The platform offers a free trial amount, which allows users to experience basic dubbing and video generation features. However, the free version is limited in the number of anchors available, the quality and length of exported files, and may come with a watermark. For access to more premium anchors, higher quality audio and video outputs, and longer production durations, a membership is required. - Are the generated sounds and videos commercially available?
It depends on the membership package you purchase. Usually, the audio and video content generated by the paid commercial version of the membership is authorized for commercial use. Commercial use of content generated by the free or personal version may be at risk of copyright, and you need to read the platform's service agreement carefully before using it. - Can I dub in my own voice?

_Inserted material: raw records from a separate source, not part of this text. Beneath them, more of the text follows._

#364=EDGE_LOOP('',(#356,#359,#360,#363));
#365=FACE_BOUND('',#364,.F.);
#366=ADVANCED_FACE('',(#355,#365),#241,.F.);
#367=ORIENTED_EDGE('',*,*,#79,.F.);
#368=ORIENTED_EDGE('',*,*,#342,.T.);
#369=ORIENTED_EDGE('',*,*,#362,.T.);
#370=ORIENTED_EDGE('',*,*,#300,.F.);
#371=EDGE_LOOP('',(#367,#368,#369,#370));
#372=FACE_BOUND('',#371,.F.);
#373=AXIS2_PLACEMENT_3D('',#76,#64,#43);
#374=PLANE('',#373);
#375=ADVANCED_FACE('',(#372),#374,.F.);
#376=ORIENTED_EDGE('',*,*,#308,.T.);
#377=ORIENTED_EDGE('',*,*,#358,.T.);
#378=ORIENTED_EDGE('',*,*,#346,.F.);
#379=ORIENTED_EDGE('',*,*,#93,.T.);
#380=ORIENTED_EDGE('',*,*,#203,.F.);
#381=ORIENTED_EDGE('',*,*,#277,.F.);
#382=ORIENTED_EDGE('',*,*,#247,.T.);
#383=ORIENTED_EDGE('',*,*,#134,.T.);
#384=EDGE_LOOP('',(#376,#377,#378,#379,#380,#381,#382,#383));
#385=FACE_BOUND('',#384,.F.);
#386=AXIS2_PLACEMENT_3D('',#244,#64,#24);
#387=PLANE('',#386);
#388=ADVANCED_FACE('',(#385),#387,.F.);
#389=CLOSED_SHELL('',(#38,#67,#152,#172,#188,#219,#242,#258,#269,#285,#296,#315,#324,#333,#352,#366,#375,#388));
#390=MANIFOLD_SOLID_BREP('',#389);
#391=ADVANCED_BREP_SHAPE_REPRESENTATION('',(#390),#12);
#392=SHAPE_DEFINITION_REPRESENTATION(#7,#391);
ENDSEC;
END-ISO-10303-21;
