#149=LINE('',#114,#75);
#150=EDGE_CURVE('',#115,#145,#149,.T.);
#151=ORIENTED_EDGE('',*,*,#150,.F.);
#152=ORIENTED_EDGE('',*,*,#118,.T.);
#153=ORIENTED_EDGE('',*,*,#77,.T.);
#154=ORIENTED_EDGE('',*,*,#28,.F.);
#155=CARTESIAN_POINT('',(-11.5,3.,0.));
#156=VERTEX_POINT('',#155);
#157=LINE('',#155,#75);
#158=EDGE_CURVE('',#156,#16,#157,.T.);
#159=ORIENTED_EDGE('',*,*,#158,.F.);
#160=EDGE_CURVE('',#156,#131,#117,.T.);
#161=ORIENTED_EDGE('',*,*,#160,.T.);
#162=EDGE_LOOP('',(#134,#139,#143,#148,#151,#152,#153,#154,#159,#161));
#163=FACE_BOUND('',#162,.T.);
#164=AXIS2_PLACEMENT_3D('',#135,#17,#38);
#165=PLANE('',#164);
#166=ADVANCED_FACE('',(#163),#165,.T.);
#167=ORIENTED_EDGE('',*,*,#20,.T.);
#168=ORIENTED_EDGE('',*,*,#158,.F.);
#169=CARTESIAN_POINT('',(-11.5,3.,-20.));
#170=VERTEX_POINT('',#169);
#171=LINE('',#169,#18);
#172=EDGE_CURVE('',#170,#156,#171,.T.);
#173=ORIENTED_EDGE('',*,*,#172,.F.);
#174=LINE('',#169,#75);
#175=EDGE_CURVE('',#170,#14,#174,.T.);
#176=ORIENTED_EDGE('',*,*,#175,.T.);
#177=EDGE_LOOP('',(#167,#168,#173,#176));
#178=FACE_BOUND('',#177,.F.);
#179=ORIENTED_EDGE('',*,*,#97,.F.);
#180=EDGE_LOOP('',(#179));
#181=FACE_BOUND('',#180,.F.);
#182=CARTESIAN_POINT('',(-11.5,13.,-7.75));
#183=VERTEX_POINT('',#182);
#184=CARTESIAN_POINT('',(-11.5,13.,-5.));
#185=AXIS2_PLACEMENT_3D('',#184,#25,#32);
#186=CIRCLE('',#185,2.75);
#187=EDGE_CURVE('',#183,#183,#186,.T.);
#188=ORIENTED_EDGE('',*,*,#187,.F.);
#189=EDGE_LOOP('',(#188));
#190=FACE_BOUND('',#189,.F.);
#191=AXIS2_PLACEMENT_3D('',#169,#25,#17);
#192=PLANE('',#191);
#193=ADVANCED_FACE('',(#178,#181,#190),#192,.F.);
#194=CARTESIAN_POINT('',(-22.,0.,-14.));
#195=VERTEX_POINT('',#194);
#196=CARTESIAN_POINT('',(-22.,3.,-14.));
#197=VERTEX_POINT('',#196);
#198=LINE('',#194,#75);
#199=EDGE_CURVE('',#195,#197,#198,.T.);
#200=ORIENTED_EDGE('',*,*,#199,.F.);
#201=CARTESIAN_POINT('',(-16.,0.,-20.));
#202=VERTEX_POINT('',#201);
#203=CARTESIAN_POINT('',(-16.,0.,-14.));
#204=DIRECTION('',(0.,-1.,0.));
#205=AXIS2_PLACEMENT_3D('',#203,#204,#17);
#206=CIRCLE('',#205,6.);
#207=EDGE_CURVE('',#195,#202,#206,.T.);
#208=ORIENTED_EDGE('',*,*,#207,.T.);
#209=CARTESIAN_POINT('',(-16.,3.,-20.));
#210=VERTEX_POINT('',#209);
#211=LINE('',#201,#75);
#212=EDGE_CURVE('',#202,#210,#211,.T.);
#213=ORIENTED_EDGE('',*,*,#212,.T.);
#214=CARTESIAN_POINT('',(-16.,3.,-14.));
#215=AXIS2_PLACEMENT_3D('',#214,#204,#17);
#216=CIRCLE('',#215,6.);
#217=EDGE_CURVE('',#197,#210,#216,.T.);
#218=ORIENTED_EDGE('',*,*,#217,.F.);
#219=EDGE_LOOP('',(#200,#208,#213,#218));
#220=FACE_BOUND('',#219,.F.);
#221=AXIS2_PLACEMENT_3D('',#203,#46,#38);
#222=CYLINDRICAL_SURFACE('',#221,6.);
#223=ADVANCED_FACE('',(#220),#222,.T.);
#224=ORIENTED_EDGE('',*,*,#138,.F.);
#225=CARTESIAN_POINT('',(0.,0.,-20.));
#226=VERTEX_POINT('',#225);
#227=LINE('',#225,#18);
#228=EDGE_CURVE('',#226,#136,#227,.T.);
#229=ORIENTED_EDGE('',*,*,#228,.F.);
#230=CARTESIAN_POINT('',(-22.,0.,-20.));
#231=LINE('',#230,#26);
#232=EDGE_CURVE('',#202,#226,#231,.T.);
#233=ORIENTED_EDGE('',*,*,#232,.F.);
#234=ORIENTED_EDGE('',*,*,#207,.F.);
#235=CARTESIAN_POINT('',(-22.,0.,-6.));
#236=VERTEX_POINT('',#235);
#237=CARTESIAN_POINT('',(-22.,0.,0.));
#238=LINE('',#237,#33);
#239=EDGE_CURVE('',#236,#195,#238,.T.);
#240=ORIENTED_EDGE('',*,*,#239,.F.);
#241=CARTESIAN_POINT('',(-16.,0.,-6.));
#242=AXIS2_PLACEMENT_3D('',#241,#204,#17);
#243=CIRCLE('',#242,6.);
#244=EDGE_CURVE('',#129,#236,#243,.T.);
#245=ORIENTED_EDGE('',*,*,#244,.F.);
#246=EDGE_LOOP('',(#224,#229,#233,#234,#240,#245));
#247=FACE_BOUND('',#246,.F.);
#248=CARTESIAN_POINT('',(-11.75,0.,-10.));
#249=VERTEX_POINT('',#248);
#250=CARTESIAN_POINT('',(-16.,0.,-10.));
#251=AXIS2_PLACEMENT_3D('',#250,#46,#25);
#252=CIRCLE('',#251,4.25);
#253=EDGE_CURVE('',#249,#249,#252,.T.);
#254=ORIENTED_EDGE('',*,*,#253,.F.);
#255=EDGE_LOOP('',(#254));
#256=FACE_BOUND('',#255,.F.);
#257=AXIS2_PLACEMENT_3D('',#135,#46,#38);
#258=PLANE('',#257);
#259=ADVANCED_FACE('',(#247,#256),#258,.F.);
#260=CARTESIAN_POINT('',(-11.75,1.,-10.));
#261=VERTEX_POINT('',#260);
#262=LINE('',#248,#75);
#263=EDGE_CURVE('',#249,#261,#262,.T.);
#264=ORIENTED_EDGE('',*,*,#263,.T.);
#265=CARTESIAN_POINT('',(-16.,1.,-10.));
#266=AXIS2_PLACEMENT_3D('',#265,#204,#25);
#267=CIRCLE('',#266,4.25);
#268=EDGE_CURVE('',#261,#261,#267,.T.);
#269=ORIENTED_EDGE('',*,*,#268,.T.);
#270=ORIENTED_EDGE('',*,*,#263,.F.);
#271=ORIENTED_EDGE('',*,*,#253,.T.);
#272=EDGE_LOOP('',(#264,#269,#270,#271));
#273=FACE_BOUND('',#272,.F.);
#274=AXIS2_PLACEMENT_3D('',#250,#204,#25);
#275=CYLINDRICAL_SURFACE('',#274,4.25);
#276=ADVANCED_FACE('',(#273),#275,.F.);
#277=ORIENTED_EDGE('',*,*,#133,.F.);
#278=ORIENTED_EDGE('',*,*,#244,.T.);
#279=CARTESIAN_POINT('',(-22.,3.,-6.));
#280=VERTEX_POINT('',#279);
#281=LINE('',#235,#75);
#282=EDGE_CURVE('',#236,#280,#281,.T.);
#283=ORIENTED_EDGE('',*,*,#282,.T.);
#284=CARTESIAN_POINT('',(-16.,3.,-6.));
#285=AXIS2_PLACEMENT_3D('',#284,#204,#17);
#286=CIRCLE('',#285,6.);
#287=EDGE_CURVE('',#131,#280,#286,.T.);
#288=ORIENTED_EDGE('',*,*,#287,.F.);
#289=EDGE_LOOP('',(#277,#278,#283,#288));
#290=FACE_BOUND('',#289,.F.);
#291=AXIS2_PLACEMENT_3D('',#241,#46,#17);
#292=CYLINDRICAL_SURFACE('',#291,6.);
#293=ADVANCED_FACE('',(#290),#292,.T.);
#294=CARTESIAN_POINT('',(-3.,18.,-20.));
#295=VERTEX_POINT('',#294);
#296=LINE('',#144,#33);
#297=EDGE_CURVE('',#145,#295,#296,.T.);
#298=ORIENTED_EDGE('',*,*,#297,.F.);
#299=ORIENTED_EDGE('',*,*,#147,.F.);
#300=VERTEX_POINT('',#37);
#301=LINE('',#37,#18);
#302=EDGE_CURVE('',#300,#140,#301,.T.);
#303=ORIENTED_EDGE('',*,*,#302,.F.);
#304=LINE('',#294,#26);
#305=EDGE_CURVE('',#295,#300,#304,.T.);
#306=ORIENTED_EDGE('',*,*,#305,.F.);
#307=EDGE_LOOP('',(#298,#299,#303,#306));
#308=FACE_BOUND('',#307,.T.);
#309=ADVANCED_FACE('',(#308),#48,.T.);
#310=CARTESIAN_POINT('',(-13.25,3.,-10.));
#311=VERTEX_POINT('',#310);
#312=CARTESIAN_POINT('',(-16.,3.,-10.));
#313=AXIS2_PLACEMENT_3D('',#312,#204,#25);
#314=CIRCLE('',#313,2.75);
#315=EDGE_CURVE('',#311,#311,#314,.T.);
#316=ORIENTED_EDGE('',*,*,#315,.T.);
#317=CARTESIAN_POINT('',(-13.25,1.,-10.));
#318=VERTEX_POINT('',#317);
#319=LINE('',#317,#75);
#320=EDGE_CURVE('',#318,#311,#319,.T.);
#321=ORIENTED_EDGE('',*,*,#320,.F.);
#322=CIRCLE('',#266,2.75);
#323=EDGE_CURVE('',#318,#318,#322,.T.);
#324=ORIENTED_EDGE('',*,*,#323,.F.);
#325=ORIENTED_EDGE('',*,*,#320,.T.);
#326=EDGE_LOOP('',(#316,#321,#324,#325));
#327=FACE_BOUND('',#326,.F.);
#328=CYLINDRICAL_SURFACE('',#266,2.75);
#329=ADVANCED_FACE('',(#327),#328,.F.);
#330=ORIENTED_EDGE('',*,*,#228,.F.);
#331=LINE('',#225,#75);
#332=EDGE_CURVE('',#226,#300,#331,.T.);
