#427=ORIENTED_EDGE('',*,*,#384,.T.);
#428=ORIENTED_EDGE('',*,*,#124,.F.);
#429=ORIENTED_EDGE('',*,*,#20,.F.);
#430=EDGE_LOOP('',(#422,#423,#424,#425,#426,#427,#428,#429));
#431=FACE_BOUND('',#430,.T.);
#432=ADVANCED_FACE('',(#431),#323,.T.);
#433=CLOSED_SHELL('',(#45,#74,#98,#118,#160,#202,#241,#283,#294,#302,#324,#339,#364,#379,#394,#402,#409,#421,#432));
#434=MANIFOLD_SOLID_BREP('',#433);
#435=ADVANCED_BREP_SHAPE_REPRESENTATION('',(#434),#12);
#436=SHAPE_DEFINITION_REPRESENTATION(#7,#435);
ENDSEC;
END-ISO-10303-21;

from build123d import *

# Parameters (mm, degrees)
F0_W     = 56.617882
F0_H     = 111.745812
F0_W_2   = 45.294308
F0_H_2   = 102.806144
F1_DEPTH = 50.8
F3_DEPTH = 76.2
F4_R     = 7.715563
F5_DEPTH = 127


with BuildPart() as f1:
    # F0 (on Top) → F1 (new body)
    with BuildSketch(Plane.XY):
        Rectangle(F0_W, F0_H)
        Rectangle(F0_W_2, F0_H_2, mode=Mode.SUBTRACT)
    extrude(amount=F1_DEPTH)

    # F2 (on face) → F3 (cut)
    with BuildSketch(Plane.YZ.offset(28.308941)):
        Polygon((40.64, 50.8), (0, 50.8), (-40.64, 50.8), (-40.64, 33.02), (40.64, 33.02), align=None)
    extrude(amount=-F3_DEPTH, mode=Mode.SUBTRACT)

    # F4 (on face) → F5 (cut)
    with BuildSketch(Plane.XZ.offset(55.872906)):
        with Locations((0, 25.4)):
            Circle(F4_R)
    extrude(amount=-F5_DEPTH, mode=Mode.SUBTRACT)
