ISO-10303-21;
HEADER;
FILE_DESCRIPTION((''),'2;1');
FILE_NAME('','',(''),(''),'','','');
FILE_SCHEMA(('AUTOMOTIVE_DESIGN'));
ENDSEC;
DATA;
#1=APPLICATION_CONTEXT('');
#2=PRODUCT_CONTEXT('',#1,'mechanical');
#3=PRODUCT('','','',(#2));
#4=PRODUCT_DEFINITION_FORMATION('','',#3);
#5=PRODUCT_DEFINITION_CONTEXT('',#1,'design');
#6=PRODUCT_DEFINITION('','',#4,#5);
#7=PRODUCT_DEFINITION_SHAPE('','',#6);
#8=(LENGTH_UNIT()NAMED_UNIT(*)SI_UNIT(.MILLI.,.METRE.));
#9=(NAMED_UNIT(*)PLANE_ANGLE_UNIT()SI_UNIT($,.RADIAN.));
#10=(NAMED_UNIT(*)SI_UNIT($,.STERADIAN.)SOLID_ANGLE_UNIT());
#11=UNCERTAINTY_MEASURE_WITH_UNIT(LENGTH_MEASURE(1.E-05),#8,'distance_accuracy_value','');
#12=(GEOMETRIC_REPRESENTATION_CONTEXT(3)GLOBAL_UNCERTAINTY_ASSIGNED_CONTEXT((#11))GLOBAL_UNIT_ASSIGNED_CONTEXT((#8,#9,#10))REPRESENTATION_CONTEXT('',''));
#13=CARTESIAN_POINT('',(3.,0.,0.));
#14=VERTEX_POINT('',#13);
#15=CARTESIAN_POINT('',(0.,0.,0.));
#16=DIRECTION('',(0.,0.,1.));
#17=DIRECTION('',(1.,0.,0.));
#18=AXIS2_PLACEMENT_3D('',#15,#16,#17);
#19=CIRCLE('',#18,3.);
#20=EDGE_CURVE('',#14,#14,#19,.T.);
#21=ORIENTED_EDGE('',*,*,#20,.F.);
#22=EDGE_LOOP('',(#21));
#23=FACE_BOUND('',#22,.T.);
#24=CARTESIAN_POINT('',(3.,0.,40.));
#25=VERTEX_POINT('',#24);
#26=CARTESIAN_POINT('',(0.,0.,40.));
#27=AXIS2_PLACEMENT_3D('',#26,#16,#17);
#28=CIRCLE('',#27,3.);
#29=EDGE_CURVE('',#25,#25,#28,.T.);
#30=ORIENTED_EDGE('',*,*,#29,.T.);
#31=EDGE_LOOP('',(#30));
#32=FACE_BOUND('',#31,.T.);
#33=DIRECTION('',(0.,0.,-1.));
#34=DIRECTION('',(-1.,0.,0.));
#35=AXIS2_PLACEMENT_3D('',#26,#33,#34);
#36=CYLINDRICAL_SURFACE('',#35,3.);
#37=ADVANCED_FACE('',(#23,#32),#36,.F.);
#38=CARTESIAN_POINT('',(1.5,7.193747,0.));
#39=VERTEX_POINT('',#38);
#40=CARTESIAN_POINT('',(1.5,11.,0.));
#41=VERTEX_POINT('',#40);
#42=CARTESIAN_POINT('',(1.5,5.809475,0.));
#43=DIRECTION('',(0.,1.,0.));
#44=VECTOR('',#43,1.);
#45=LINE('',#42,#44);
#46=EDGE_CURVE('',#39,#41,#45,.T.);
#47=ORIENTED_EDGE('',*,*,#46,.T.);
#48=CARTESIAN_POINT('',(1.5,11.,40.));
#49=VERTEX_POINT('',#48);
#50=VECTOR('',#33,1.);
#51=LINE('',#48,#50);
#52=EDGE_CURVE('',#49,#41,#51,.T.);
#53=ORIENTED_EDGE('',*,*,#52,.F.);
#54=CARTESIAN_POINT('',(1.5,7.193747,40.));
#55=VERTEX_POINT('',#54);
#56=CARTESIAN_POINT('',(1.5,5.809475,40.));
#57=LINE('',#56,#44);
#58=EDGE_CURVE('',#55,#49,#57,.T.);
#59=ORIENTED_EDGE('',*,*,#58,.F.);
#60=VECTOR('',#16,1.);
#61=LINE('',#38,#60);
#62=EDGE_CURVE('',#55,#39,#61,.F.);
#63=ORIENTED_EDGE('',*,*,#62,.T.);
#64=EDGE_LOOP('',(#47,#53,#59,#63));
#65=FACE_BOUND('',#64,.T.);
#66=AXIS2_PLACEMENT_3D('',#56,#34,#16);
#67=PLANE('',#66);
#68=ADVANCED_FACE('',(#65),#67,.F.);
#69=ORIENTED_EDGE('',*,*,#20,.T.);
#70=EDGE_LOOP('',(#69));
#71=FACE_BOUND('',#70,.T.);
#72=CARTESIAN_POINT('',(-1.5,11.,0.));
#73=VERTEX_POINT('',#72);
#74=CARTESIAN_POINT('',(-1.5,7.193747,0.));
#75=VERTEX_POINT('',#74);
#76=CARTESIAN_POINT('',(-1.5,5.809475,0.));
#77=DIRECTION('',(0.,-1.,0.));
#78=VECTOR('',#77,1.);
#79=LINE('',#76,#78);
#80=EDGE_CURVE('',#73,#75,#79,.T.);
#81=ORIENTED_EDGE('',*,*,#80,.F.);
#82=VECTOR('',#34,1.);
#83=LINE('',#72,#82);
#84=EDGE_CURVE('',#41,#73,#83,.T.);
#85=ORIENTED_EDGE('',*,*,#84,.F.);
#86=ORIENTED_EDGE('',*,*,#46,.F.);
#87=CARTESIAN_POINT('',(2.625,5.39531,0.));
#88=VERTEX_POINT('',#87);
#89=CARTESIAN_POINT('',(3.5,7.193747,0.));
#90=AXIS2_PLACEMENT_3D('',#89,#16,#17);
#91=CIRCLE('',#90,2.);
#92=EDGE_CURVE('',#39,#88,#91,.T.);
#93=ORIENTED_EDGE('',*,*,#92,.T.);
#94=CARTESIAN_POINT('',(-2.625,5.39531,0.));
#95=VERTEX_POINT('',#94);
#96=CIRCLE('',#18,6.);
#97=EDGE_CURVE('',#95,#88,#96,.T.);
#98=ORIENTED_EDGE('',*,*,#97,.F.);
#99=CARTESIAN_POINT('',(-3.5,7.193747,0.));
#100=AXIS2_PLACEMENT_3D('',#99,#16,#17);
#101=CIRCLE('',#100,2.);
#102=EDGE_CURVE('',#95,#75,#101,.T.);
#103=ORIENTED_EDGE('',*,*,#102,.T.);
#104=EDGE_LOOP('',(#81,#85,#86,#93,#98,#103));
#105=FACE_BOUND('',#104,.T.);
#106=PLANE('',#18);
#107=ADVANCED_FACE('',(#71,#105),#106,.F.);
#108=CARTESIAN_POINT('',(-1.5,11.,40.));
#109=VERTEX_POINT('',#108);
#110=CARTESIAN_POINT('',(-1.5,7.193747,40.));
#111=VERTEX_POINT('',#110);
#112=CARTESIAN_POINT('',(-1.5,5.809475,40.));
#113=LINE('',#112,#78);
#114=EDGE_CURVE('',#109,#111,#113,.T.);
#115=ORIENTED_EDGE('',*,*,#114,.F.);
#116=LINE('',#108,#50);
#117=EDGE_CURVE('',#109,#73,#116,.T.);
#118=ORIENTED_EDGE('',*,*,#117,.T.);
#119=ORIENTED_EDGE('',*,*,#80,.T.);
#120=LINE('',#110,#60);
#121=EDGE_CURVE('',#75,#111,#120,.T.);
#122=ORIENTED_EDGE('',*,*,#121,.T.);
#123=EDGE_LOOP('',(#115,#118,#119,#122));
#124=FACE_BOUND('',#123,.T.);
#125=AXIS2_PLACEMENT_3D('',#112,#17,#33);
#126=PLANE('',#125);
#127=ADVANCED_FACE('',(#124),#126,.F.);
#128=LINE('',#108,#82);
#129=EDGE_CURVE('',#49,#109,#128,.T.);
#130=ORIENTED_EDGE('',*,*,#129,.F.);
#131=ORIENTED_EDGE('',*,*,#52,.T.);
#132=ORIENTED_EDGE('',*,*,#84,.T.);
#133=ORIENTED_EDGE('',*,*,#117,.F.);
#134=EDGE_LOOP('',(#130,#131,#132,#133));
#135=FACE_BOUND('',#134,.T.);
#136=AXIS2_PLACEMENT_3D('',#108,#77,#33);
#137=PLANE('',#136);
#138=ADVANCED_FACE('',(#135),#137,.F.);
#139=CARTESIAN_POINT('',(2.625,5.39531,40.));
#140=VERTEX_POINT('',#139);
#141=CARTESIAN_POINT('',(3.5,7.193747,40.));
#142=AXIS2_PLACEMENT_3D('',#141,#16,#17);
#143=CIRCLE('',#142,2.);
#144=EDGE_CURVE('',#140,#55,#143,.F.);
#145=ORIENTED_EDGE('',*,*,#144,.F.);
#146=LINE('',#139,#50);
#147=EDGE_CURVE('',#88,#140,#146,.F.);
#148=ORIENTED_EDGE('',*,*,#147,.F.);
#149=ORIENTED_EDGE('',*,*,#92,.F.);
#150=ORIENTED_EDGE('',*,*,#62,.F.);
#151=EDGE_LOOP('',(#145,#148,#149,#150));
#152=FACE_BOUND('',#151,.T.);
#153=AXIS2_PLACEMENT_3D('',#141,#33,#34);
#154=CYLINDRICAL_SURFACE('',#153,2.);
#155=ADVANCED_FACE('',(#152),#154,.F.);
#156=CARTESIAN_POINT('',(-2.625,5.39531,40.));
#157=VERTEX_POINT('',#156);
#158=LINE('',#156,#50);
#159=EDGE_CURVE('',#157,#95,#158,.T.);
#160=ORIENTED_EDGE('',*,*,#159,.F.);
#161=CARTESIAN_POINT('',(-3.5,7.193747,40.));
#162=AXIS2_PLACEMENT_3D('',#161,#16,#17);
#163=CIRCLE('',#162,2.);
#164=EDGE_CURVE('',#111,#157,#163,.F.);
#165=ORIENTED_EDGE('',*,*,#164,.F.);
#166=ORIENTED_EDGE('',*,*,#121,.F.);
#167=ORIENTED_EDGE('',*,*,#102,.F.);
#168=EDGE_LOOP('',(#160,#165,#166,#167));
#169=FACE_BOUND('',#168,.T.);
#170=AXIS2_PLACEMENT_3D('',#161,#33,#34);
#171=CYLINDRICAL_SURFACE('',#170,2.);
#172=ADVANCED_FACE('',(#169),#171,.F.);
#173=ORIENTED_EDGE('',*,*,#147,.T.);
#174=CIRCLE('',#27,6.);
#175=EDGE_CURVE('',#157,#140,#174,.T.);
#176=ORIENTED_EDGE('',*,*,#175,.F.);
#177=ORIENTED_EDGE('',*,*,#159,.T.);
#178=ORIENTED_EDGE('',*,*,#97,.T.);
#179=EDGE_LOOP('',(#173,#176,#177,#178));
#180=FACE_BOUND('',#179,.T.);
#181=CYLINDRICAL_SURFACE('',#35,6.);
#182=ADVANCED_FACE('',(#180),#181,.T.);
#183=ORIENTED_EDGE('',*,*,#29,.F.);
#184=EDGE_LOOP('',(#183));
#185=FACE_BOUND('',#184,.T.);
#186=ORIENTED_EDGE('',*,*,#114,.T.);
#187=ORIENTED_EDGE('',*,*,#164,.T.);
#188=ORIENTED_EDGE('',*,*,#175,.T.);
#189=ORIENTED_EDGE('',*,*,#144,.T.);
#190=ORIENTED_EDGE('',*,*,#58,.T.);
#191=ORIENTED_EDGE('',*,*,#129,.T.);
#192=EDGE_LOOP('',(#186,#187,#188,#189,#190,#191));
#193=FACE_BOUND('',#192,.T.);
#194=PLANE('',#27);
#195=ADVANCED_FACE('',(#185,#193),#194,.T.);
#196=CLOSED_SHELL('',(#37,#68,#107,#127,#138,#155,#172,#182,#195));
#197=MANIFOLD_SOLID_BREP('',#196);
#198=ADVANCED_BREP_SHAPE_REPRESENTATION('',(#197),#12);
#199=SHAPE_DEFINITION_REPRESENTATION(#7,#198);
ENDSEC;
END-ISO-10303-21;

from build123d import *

# Parameters (mm, degrees)
SKETCH1_R           = 3
BOSS_EXTRUDE1_DEPTH = 40
FILLET1_R           = 2


with BuildPart() as part:
    # Sketch1 → Boss-Extrude1 (new body)
    with BuildSketch(Plane.XY):
        with BuildLine():
            Line((-1.5, 5.809475019), (-1.5, 11))
            Line((-1.5, 11), (1.5, 11))
            Line((1.5, 11), (1.5, 5.809475019))
            ThreePointArc((1.5, 5.809475019), (0, -6), (-1.5, 5.809475019))
        make_face()
        Circle(SKETCH1_R, mode=Mode.SUBTRACT)
    extrude(amount=BOSS_EXTRUDE1_DEPTH)

    # Fillet1
    fillet1_edges = [part.edges().sort_by_distance(p)[0] for p in [
        (1.5, 5.809475019, 20),
        (-1.5, 5.809475019, 20),
    ]]
    fillet(fillet1_edges, radius=FILLET1_R)


solid = part.part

You can. Xunfei Zhizuo provides a "voice replication" function. You need to follow the prompts to record a specified text (usually need dozens to hundreds of sentences), the platform will use these recordings to train an AI voice model that imitates your tone. After that, you can choose this "cloned" voice when dubbing. - Do the mouth and voice of the Digimon video match up exactly?
In most cases, the synchronization of mouth shape and voice is relatively accurate. One of the core technologies of the platform is lip prediction, which will drive the mouth movements of the avatar based on pronunciation. However, for some words spoken too fast or complex combinations of words, there may occasionally be minor deviations, which can be optimized by adjusting the pause and speed of the text.